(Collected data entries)
*** Block opens ***
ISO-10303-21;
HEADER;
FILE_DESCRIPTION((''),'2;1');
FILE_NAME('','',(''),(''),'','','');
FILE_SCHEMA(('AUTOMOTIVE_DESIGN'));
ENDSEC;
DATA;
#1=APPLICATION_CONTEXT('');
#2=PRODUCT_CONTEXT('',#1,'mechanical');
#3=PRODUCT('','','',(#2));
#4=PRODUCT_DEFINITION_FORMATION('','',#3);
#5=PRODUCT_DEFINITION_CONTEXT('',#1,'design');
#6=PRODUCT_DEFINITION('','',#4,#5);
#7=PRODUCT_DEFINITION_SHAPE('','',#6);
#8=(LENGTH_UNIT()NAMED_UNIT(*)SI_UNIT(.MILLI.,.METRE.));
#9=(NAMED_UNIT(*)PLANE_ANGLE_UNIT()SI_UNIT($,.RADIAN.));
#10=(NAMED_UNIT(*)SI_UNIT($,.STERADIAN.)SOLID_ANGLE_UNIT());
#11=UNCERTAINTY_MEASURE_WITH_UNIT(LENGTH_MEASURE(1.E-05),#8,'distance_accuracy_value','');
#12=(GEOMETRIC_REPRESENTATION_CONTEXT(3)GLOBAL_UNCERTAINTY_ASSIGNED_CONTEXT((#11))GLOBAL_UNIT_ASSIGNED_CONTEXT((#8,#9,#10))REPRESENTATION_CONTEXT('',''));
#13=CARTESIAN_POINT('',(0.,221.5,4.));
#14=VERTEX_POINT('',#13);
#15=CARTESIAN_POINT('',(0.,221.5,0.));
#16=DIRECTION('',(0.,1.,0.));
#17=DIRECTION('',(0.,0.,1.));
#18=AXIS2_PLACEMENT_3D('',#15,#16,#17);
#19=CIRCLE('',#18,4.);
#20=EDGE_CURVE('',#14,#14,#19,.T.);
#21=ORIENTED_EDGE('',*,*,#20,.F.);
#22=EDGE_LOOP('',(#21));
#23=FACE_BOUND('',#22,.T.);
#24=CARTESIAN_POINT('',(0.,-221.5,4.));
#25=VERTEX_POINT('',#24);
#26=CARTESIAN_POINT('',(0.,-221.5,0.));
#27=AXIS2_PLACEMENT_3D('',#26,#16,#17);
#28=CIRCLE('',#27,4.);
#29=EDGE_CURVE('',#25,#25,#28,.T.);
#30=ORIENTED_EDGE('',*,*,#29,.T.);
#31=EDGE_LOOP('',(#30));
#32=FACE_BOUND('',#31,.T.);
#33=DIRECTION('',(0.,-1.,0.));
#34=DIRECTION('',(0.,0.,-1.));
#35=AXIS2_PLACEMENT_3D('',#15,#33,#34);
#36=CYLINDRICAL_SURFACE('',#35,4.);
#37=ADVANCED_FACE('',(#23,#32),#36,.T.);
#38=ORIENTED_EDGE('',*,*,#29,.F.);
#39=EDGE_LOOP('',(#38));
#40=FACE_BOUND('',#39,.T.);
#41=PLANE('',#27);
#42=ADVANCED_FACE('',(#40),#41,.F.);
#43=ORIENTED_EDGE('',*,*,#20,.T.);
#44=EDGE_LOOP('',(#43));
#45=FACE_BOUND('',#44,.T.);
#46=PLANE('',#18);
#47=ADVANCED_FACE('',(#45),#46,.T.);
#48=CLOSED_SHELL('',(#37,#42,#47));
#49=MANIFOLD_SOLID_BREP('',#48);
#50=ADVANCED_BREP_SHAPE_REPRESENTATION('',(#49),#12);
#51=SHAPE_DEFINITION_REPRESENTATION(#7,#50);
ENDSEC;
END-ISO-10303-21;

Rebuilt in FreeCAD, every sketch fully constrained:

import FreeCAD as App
import Part
import Sketcher

V = App.Vector

doc = App.newDocument("Part")
body = doc.addObject("PartDesign::Body", "Body")

sketch1 = doc.addObject("Sketcher::SketchObject", "Sketch")
body.addObject(sketch1)
sketch1.AttachmentSupport = (doc.XZ_Plane, [""])
sketch1.MapMode = "FlatFace"
sketch1.addGeometry(Part.Circle(V(0, 0, 0), V(0, 0, 1), 4), False)
sketch1.addConstraint([
    Sketcher.Constraint("Coincident", 0, 3, -1, 1),
    Sketcher.Constraint("Diameter", 0, 8.0),
])
pad1 = doc.addObject("PartDesign::Pad", "Pad")
body.addObject(pad1)
pad1.Profile = sketch1
pad1.Length = 443
pad1.Midplane = True

doc.recompute()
*** Block closes ***
**PROBLEM DESCRIPTION:** Return only the lines between the one holding "#18=AXIS2_PLACEMENT_3D('',#15,#16,#17);" and the one holding "#31=EDGE_LOOP('',(#30));", inclusive, exactly as they appear above.

**FINISHED TASK:**
#18=AXIS2_PLACEMENT_3D('',#15,#16,#17);
#19=CIRCLE('',#18,4.);
#20=EDGE_CURVE('',#14,#14,#19,.T.);
#21=ORIENTED_EDGE('',*,*,#20,.F.);
#22=EDGE_LOOP('',(#21));
#23=FACE_BOUND('',#22,.T.);
#24=CARTESIAN_POINT('',(0.,-221.5,4.));
#25=VERTEX_POINT('',#24);
#26=CARTESIAN_POINT('',(0.,-221.5,0.));
#27=AXIS2_PLACEMENT_3D('',#26,#16,#17);
#28=CIRCLE('',#27,4.);
#29=EDGE_CURVE('',#25,#25,#28,.T.);
#30=ORIENTED_EDGE('',*,*,#29,.T.);
#31=EDGE_LOOP('',(#30));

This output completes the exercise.